For finfluencers like Austin Hankwitz, this was great news. The 25-year-old finance professional from Tennessee quit his day job to focus on TikTok, and he now makes more than $500,000 every year just by making TikToks—more than some of Wall Street bankers. Another TikToker known as Mrs Dow Jones, who started her career in comedy, negotiates six-figure deals with brands for creating content that explains complex finance stuff using celebrity gossips and pop culture references.
This newfound FinTok boom was mainly due to one key feature: TikTok's For You Page. Unlike other recommendation algorithms, FYP intentionally includes a range of diverse and random videos on users' feeds, even if they're irrelevant to users. Because of this, finfluencers were able to reach a previously untapped market and pitch them their brands. While FinTok enjoyed this FYP-induced virality, it stumbled into a problem: unregulated influencers can engage in market manipulation by giving tips that benefit their investments.

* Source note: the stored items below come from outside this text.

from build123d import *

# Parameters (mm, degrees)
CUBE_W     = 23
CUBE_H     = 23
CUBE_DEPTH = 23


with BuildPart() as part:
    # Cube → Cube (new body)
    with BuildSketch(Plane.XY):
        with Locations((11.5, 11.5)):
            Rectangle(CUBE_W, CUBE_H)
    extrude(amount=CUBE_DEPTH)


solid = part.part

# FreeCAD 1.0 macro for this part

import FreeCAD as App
import Part
import Sketcher
from FreeCAD import Vector

doc = App.newDocument("Part")
body = doc.addObject("PartDesign::Body", "Body")

# Sketch on XY plane
sketch1 = body.newObject("Sketcher::SketchObject", "Sketch")
sketch1.AttachmentSupport = (doc.getObject("XY_Plane"), [""])
sketch1.MapMode = "FlatFace"
sketch1.addGeometry(Part.LineSegment(Vector(0, 23, 0), Vector(0, 0, 0)), False)
sketch1.addGeometry(Part.LineSegment(Vector(0, 0, 0), Vector(23, 0, 0)), False)
sketch1.addGeometry(Part.LineSegment(Vector(23, 0, 0), Vector(23, 23, 0)), False)
sketch1.addGeometry(Part.LineSegment(Vector(23, 23, 0), Vector(0, 23, 0)), False)
sketch1.addConstraint(Sketcher.Constraint("Coincident", 0, 2, 1, 1))
sketch1.addConstraint(Sketcher.Constraint("Coincident", 1, 2, 2, 1))
sketch1.addConstraint(Sketcher.Constraint("Coincident", 2, 2, 3, 1))
sketch1.addConstraint(Sketcher.Constraint("Coincident", 3, 2, 0, 1))
sketch1.addConstraint(Sketcher.Constraint("Vertical", 0))
sketch1.addConstraint(Sketcher.Constraint("Horizontal", 1))
sketch1.addConstraint(Sketcher.Constraint("Vertical", 2))
sketch1.addConstraint(Sketcher.Constraint("Horizontal", 3))
sketch1.addConstraint(Sketcher.Constraint("Coincident", 0, 2, -1, 1))
sketch1.addConstraint(Sketcher.Constraint("Equal", 3, 0))
sketch1.addConstraint(Sketcher.Constraint("DistanceX", 1, 1, 1, 2, 23.0))
pad1 = body.newObject("PartDesign::Pad", "Pad")
pad1.Profile = sketch1
pad1.Length = 23

doc.recompute()
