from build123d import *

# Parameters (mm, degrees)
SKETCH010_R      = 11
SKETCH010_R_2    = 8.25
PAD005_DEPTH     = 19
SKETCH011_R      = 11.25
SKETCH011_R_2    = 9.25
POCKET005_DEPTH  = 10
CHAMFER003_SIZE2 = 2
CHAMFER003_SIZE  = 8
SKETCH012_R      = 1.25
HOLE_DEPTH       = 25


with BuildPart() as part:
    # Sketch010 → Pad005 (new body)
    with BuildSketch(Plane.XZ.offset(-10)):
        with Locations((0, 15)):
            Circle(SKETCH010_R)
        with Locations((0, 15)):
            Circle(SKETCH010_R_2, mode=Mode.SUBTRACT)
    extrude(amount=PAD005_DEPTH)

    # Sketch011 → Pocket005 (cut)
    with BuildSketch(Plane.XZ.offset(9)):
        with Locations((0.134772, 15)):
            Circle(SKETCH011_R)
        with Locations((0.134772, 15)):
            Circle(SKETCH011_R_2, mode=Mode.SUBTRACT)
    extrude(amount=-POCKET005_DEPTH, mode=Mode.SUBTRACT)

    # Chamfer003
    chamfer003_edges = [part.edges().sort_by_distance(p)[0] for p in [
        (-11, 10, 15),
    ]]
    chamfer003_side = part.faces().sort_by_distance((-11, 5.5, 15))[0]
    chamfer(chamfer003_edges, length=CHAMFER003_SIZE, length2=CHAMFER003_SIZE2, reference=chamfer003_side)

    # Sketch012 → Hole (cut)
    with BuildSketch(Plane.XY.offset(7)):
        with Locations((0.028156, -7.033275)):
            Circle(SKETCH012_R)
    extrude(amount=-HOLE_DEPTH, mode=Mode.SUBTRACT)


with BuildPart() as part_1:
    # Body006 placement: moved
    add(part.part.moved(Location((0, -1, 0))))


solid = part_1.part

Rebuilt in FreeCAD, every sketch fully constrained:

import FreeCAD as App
import Part
import Sketcher
from FreeCAD import Vector
Q = App.Units.Quantity


def edges_at(feature, points):
    """Names of the edges that pass closest to the given points."""
    edges = feature.Shape.Edges
    near = lambda p: min(range(len(edges)), key=lambda i: edges[i].distToShape(Part.Vertex(*p))[0])
    return sorted({f"Edge{near(p) + 1}" for p in points})

doc = App.newDocument("Part")
body = doc.addObject("PartDesign::Body", "Body")

# Sketch on XZ plane
sketch1 = doc.addObject("Sketcher::SketchObject", "Sketch")
body.addObject(sketch1)
sketch1.AttachmentSupport = (doc.XZ_Plane, [""])
sketch1.MapMode = "FlatFace"
sketch1.AttachmentOffset = App.Placement(Vector(0, 0, -10), App.Rotation())
sketch1.addGeometry(Part.Circle(Vector(0, 15, 0), Vector(0, 0, 1), 11), False)
sketch1.addGeometry(Part.Circle(Vector(0, 15, 0), Vector(0, 0, 1), 8), False)
sketch1.addConstraint(Sketcher.Constraint("Coincident", 1, 3, 0, 3))
sketch1.addConstraint(Sketcher.Constraint("PointOnObject", 0, 3, -2))
sketch1.addConstraint(Sketcher.Constraint("Diameter", 0, Q("22 mm")))
sketch1.addConstraint(Sketcher.Constraint("Diameter", 1, Q("16.5 mm")))
sketch1.addConstraint(Sketcher.Constraint("DistanceY", -1, 1, 0, 3, Q("15 mm")))
pad1 = doc.addObject("PartDesign::Pad", "Pad")
body.addObject(pad1)
pad1.Profile = sketch1
pad1.Length = 19

# Sketch on XZ plane
sketch2 = doc.addObject("Sketcher::SketchObject", "Sketch001")
body.addObject(sketch2)
sketch2.AttachmentSupport = (doc.XZ_Plane, [""])
sketch2.MapMode = "FlatFace"
sketch2.AttachmentOffset = App.Placement(Vector(0, 0, 9), App.Rotation())
sketch2.addGeometry(Part.Circle(Vector(0, 15, 0), Vector(0, 0, 1), 11), False)
sketch2.addGeometry(Part.Circle(Vector(0, 15, 0), Vector(0, 0, 1), 9), False)
sketch2.addConstraint(Sketcher.Constraint("Coincident", 1, 3, 0, 3))
sketch2.addConstraint(Sketcher.Constraint("Diameter", 0, Q("22.5 mm")))
sketch2.addConstraint(Sketcher.Constraint("Diameter", 1, Q("18.5 mm")))
sketch2.addConstraint(Sketcher.Constraint("DistanceY", -1, 1, 0, 3, Q("15 mm")))
sketch2.addConstraint(Sketcher.Constraint("DistanceX", -1, 1, 0, 3, Q("0.134772 mm")))
pocket1 = doc.addObject("PartDesign::Pocket", "Pocket")
body.addObject(pocket1)
pocket1.Profile = sketch2
pocket1.Length = 10
doc.recompute()

chamfer = doc.addObject("PartDesign::Chamfer", "Chamfer")
body.addObject(chamfer)
chamfer.Base = (pocket1, edges_at(pocket1, [(-11, 10, 15)]))
chamfer.ChamferType = "Two distances"
chamfer.Size = 8
chamfer.Size2 = 2

# Sketch on XY plane
sketch3 = doc.addObject("Sketcher::SketchObject", "Sketch002")
body.addObject(sketch3)
sketch3.AttachmentSupport = (doc.XY_Plane, [""])
sketch3.MapMode = "FlatFace"
sketch3.AttachmentOffset = App.Placement(Vector(0, 0, 7), App.Rotation())
sketch3.addGeometry(Part.Circle(Vector(0, -7, 0), Vector(0, 0, 1), 1.2), False)
sketch3.addConstraint(Sketcher.Constraint("Diameter", 0, Q("2.5 mm")))
sketch3.addConstraint(Sketcher.Constraint("DistanceX", -1, 1, 0, 3, Q("0.028156 mm")))
sketch3.addConstraint(Sketcher.Constraint("DistanceY", 0, 3, -1, 1, Q("7.033275 mm")))
pocket2 = doc.addObject("PartDesign::Pocket", "Pocket001")
body.addObject(pocket2)
pocket2.Profile = sketch3
pocket2.Length = 25
body2 = doc.addObject("PartDesign::Body", "Body001")
doc.recompute()

body.Placement = App.Placement(Vector(0, -1, 0), App.Rotation(Vector(0, 0, 1), 0))
boolean = doc.addObject("PartDesign::Boolean", "Boolean")
body2.addObject(boolean)
boolean.Type = "Fuse"
boolean.addObjects([body])

doc.recompute()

To tackle this issue, TikTok launched the #FactCheckYourFeed campaign that posted a PSA on financial advice hashtags, reminding users of the investment risks involved. It also tightened its rules, saying it would take legal action against creators who post sponsored videos for financial services and products without clear labels. Since then, finfluencers have been shooting their videos and sending them to their respective brands to verify the details before posting.
On the bright side, the subcommunity has created a new space for seasoned advisors and investment firms to enter and educate the next generation of investors. Fidelity Investments, a Boston-based investment firm, is leveraging the platform to lure Gen-Z and Millennial investors with edgy videos. Plum, a UK-based fintech firm that helps people save money, saw a 180% increase in investments in the 25-34 age group as they turned to TikTok for financial advice amid the pandemic.
Although trends keep changing as time progresses, this one's certainly not going anywhere anytime soon, especially when cryptocurrencies are on the rise. And while TikTok has banned firms from running finfluencer campaigns, brands can still find some workarounds.